_What is being asked_
Only some lines are wanted. Transcribe, exactly, the lines below from the line with "v -7.859 -15 -12.776" up to and including the line with "v -17 2.468 0.4".

_Data for this task_
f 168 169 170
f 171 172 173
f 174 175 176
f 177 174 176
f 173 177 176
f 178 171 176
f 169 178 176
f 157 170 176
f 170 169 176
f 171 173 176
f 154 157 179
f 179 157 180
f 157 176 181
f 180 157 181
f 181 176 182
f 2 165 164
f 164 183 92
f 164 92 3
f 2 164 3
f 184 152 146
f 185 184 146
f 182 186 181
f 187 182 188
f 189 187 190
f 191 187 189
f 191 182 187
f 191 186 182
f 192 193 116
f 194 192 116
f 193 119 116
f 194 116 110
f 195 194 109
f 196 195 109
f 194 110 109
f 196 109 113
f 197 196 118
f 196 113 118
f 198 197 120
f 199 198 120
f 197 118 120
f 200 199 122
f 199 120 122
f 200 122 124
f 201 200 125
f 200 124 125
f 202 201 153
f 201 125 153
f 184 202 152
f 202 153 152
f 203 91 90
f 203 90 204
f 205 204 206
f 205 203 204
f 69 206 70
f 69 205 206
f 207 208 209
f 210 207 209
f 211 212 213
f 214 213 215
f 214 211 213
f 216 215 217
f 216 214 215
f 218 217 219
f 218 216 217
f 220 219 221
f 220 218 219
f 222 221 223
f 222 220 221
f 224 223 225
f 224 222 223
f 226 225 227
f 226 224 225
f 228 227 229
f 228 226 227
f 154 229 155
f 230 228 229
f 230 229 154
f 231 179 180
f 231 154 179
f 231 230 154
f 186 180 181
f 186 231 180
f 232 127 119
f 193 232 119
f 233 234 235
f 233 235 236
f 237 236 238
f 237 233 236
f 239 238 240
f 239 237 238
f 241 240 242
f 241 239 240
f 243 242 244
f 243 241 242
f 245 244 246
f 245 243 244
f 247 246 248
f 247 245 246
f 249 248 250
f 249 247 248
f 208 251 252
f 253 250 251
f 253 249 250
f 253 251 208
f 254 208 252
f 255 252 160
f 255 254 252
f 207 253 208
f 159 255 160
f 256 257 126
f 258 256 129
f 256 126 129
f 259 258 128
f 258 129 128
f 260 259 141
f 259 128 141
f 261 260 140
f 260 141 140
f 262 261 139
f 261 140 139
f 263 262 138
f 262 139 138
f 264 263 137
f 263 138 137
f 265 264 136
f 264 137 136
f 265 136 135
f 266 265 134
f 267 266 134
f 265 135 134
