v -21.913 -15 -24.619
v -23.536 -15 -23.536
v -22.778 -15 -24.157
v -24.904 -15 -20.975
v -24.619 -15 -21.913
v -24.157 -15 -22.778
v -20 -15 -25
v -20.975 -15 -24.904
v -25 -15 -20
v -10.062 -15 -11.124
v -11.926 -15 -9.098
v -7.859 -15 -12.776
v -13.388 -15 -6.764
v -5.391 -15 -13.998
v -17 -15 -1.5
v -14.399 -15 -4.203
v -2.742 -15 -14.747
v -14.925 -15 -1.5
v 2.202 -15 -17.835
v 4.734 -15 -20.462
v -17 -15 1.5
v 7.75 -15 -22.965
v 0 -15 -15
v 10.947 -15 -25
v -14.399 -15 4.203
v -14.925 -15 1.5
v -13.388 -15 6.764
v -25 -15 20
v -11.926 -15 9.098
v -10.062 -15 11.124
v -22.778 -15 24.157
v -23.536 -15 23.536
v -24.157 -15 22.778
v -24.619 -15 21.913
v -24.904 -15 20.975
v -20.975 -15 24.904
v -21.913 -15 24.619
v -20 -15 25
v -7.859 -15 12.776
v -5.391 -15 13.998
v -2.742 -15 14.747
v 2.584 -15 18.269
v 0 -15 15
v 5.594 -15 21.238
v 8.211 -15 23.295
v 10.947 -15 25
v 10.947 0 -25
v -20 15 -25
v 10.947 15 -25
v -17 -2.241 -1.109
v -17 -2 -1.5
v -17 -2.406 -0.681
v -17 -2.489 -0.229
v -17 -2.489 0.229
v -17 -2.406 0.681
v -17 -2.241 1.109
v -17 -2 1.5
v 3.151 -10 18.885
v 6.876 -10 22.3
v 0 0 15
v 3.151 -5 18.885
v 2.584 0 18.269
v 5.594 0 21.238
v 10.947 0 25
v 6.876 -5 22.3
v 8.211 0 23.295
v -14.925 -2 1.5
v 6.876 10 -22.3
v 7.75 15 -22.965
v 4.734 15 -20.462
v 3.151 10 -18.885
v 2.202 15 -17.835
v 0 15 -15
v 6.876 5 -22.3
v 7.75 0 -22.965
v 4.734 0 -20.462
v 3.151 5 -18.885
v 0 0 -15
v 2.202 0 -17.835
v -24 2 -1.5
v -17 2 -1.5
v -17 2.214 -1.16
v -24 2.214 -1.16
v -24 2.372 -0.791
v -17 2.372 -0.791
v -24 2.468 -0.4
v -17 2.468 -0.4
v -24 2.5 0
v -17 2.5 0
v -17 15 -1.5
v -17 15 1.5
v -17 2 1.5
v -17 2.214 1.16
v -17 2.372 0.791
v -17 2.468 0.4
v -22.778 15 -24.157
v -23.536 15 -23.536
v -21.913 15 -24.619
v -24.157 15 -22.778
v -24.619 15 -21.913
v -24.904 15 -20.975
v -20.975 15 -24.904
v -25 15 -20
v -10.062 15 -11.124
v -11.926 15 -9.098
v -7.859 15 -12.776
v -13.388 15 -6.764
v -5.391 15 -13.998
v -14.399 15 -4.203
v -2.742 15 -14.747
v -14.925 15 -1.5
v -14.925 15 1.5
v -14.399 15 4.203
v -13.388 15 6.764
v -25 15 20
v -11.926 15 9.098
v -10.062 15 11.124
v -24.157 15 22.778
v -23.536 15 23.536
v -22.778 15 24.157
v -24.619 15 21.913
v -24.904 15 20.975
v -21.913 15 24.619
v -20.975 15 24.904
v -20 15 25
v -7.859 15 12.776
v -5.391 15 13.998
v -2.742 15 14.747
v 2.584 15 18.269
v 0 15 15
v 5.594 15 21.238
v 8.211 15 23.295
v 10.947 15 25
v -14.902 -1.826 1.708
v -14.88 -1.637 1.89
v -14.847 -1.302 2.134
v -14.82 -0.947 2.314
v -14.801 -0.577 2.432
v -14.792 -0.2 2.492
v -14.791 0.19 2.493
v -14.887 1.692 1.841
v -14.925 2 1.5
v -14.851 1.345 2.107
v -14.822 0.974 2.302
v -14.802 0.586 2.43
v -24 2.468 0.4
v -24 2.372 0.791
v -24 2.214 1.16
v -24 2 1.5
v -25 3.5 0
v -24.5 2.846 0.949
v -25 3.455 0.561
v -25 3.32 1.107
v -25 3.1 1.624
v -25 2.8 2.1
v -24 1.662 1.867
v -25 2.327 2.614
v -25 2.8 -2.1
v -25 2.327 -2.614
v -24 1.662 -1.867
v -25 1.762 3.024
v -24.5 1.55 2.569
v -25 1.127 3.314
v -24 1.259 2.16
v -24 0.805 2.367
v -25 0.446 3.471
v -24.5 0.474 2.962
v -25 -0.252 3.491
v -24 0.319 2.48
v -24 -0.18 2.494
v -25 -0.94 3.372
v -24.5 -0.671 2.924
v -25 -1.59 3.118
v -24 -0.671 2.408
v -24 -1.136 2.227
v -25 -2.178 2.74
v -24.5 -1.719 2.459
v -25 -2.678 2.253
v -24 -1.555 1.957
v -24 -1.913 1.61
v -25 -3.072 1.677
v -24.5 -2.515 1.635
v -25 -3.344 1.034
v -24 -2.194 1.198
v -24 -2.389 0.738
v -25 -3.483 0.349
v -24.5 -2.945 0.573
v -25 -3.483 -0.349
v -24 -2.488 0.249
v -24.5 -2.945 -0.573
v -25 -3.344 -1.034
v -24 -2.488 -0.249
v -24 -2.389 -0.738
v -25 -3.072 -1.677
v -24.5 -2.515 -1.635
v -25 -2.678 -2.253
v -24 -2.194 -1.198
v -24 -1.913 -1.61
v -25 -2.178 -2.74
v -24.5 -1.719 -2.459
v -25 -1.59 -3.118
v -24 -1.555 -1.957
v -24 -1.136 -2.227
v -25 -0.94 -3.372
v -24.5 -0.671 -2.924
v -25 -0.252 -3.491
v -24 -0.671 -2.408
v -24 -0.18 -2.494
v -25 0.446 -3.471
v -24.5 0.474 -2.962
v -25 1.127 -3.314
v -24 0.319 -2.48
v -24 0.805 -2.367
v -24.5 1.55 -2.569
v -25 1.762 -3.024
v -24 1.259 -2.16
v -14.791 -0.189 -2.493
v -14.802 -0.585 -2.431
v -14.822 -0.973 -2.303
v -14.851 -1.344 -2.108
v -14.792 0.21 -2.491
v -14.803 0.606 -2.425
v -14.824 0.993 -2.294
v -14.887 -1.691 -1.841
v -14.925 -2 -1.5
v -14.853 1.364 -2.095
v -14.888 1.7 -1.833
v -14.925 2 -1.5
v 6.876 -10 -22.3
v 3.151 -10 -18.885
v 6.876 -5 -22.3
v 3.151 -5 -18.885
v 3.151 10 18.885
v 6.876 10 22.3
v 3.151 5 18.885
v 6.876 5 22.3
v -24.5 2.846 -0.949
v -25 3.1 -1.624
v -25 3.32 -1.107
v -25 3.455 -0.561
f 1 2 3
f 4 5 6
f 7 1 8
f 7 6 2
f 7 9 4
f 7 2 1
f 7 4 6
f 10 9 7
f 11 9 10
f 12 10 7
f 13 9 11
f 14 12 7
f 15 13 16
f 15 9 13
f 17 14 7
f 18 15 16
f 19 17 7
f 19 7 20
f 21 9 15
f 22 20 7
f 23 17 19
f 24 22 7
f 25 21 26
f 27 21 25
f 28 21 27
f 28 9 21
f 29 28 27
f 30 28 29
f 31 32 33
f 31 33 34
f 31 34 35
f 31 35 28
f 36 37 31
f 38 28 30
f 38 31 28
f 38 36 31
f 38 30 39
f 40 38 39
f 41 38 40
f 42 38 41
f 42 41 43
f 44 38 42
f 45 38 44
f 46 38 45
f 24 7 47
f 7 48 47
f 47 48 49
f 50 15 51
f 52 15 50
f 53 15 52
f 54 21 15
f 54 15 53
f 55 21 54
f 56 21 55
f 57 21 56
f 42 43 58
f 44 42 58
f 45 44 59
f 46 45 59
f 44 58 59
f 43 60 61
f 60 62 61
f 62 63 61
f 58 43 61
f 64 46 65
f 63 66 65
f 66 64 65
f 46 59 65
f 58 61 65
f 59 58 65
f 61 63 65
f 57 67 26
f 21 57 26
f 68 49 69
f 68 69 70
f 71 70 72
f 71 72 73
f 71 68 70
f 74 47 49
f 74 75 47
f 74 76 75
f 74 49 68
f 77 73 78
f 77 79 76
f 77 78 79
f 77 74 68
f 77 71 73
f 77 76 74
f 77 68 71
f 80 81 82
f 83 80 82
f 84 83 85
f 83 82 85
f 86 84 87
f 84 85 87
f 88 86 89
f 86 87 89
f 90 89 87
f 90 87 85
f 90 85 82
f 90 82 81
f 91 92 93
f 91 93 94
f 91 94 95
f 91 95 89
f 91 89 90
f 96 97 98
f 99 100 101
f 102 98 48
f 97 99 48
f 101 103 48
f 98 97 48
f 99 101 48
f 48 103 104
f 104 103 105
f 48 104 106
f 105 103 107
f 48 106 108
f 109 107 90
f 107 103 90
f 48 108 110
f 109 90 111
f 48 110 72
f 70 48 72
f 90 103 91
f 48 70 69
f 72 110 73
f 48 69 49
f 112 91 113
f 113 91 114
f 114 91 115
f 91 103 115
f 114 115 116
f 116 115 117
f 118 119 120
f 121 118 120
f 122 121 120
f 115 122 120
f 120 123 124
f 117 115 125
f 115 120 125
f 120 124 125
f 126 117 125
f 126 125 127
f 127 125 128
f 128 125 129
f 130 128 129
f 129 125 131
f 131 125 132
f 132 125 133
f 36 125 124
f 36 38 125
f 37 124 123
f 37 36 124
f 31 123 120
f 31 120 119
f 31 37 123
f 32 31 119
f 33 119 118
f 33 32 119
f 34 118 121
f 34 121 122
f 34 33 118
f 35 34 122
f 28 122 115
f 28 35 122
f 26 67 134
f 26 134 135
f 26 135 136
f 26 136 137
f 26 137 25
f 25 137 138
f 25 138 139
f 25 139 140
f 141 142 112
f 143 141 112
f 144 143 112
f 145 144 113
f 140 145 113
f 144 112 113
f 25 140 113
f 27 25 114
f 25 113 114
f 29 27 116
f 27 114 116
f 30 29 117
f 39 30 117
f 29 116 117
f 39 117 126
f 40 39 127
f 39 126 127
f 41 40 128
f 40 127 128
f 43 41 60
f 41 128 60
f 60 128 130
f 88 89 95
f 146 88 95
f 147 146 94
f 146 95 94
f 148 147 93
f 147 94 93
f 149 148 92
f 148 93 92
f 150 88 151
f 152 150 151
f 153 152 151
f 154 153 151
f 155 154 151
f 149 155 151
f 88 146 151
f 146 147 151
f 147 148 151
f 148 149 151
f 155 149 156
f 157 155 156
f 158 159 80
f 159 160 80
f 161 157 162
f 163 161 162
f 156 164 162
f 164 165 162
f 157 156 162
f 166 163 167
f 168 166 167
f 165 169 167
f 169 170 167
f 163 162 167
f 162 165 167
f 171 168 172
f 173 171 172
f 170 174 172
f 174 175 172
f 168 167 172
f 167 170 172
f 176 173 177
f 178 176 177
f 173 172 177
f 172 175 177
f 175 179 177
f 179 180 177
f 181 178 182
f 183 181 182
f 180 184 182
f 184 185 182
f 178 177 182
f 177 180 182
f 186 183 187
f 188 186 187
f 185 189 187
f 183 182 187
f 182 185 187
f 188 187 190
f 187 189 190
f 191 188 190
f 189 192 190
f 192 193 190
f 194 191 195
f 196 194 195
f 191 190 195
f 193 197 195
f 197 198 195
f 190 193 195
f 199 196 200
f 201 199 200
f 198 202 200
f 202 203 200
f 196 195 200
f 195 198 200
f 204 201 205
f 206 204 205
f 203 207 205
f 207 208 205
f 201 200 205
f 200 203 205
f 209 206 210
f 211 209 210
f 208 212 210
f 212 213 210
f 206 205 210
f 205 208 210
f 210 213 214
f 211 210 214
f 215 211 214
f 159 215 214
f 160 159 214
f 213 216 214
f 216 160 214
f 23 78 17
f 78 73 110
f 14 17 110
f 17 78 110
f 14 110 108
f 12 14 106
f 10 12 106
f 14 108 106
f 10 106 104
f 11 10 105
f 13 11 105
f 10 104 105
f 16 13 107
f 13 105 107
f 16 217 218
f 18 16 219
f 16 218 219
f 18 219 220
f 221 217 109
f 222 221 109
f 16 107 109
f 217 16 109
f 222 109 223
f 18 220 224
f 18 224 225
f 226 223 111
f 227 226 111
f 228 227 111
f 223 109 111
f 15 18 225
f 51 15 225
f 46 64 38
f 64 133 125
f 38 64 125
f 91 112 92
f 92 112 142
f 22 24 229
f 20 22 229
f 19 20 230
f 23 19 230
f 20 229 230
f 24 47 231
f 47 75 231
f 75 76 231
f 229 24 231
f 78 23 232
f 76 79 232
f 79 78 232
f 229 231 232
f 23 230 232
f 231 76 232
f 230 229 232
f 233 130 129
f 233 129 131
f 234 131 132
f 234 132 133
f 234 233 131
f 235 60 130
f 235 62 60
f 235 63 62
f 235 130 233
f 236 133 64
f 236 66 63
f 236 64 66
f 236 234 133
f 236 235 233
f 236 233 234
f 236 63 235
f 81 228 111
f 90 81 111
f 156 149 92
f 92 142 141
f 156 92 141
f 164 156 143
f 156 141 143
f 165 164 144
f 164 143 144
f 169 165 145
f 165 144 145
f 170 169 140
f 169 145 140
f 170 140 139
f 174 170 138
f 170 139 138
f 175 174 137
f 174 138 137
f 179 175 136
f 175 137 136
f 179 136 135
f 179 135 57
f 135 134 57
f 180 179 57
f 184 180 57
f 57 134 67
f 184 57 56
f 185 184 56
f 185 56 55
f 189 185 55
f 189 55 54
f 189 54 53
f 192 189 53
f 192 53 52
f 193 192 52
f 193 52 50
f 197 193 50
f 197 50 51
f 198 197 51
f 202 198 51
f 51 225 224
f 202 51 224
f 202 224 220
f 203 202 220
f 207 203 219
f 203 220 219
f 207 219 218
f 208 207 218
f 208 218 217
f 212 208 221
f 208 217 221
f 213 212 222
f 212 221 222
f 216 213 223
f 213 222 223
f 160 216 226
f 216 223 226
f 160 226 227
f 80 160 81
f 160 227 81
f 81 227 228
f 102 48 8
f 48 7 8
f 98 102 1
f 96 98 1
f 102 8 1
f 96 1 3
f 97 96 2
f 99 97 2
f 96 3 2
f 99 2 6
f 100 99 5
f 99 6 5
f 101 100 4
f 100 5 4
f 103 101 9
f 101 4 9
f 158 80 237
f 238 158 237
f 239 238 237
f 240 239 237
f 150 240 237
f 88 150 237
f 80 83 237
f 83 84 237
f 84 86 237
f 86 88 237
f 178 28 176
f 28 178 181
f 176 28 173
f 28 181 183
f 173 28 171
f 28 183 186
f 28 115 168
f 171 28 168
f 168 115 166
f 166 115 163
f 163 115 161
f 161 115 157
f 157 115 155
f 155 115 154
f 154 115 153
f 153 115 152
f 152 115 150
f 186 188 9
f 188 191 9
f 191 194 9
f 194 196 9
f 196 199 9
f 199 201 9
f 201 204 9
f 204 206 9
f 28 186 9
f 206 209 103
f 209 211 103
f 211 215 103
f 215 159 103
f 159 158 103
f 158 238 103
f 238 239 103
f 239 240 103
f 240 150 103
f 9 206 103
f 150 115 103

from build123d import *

# Parameters (mm, degrees)
F1_DEPTH      = 15
F1_DEPTH_BACK = 15
F2_R          = 5
F4_DEPTH      = 25.0010001
F5_SIZE       = 1
F6_DEPTH      = 17


with BuildPart() as f1:
    # F0 (on Front) → F1 (new body, two sides)
    with BuildSketch(Plane.XZ) as f1_sk:
        with BuildLine():
            Line((10.947347623, 25), (-25, 25))
            Line((-25, 25), (-25, -25))
            Line((-25, -25), (10.947347623, -25))
            add(Edge.make_bspline(
                [(10.947347623, -25), (6.7776464895, -22.7393775974), (2.7889229832, -19.0392534951), (0, -15)],
                knots=[0.6583166498, 0.6583166498, 0.6583166498, 0.6583166498, 0.7610943584, 0.7610943584, 0.7610943584, 0.7610943584], degree=3))
            ThreePointArc((0, -15), (-15, 0), (0, 15))
            add(Edge.make_bspline(
                [(0, 15), (2.7889229832, 19.0392534951), (6.7776464895, 22.7393775974), (10.947347623, 25)],
                knots=[0, 0, 0, 0, 0.1027777086, 0.1027777086, 0.1027777086, 0.1027777086], degree=3))
        make_face()
    extrude(amount=-F1_DEPTH)
    extrude(f1_sk.sketch, amount=F1_DEPTH_BACK)

    # F2
    f2_edges = [f1.edges().sort_by_distance(p)[0] for p in [
        (-25, 0, 25),
        (-25, 0, -25),
    ]]
    fillet(f2_edges, radius=F2_R)

    # F3 (on Right) → F4 (cut, through all)
    with BuildSketch(Plane.YZ):
        with BuildLine():
            ThreePointArc((2, -1.5), (2.3717082451, -0.790569415), (2.5, 0))
            ThreePointArc((2.5, 0), (2.3717082451, 0.790569415), (2, 1.5))
            Line((2, 1.5), (-2, 1.5))
            ThreePointArc((-2, 1.5), (-2.5, 0), (-2, -1.5))
            Line((-2, -1.5), (2, -1.5))
        make_face()
        with BuildLine():
            ThreePointArc((-2, -1.5), (0, -2.5), (2, -1.5))
            Line((2, -1.5), (-2, -1.5))
        make_face()
        with BuildLine():
            Line((-2, 1.5), (2, 1.5))
            ThreePointArc((2, 1.5), (0, 2.5), (-2, 1.5))
        make_face()
    extrude(amount=-F4_DEPTH, mode=Mode.SUBTRACT)

    # F5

_Reply to the exercise_
v -7.859 -15 -12.776
v -13.388 -15 -6.764
v -5.391 -15 -13.998
v -17 -15 -1.5
v -14.399 -15 -4.203
v -2.742 -15 -14.747
v -14.925 -15 -1.5
v 2.202 -15 -17.835
v 4.734 -15 -20.462
v -17 -15 1.5
v 7.75 -15 -22.965
v 0 -15 -15
v 10.947 -15 -25
v -14.399 -15 4.203
v -14.925 -15 1.5
v -13.388 -15 6.764
v -25 -15 20
v -11.926 -15 9.098
v -10.062 -15 11.124
v -22.778 -15 24.157
v -23.536 -15 23.536
v -24.157 -15 22.778
v -24.619 -15 21.913
v -24.904 -15 20.975
v -20.975 -15 24.904
v -21.913 -15 24.619
v -20 -15 25
v -7.859 -15 12.776
v -5.391 -15 13.998
v -2.742 -15 14.747
v 2.584 -15 18.269
v 0 -15 15
v 5.594 -15 21.238
v 8.211 -15 23.295
v 10.947 -15 25
v 10.947 0 -25
v -20 15 -25
v 10.947 15 -25
v -17 -2.241 -1.109
v -17 -2 -1.5
v -17 -2.406 -0.681
v -17 -2.489 -0.229
v -17 -2.489 0.229
v -17 -2.406 0.681
v -17 -2.241 1.109
v -17 -2 1.5
v 3.151 -10 18.885
v 6.876 -10 22.3
v 0 0 15
v 3.151 -5 18.885
v 2.584 0 18.269
v 5.594 0 21.238
v 10.947 0 25
v 6.876 -5 22.3
v 8.211 0 23.295
v -14.925 -2 1.5
v 6.876 10 -22.3
v 7.75 15 -22.965
v 4.734 15 -20.462
v 3.151 10 -18.885
v 2.202 15 -17.835
v 0 15 -15
v 6.876 5 -22.3
v 7.75 0 -22.965
v 4.734 0 -20.462
v 3.151 5 -18.885
v 0 0 -15
v 2.202 0 -17.835
v -24 2 -1.5
v -17 2 -1.5
v -17 2.214 -1.16
v -24 2.214 -1.16
v -24 2.372 -0.791
v -17 2.372 -0.791
v -24 2.468 -0.4
v -17 2.468 -0.4
v -24 2.5 0
v -17 2.5 0
v -17 15 -1.5
v -17 15 1.5
v -17 2 1.5
v -17 2.214 1.16
v -17 2.372 0.791
v -17 2.468 0.4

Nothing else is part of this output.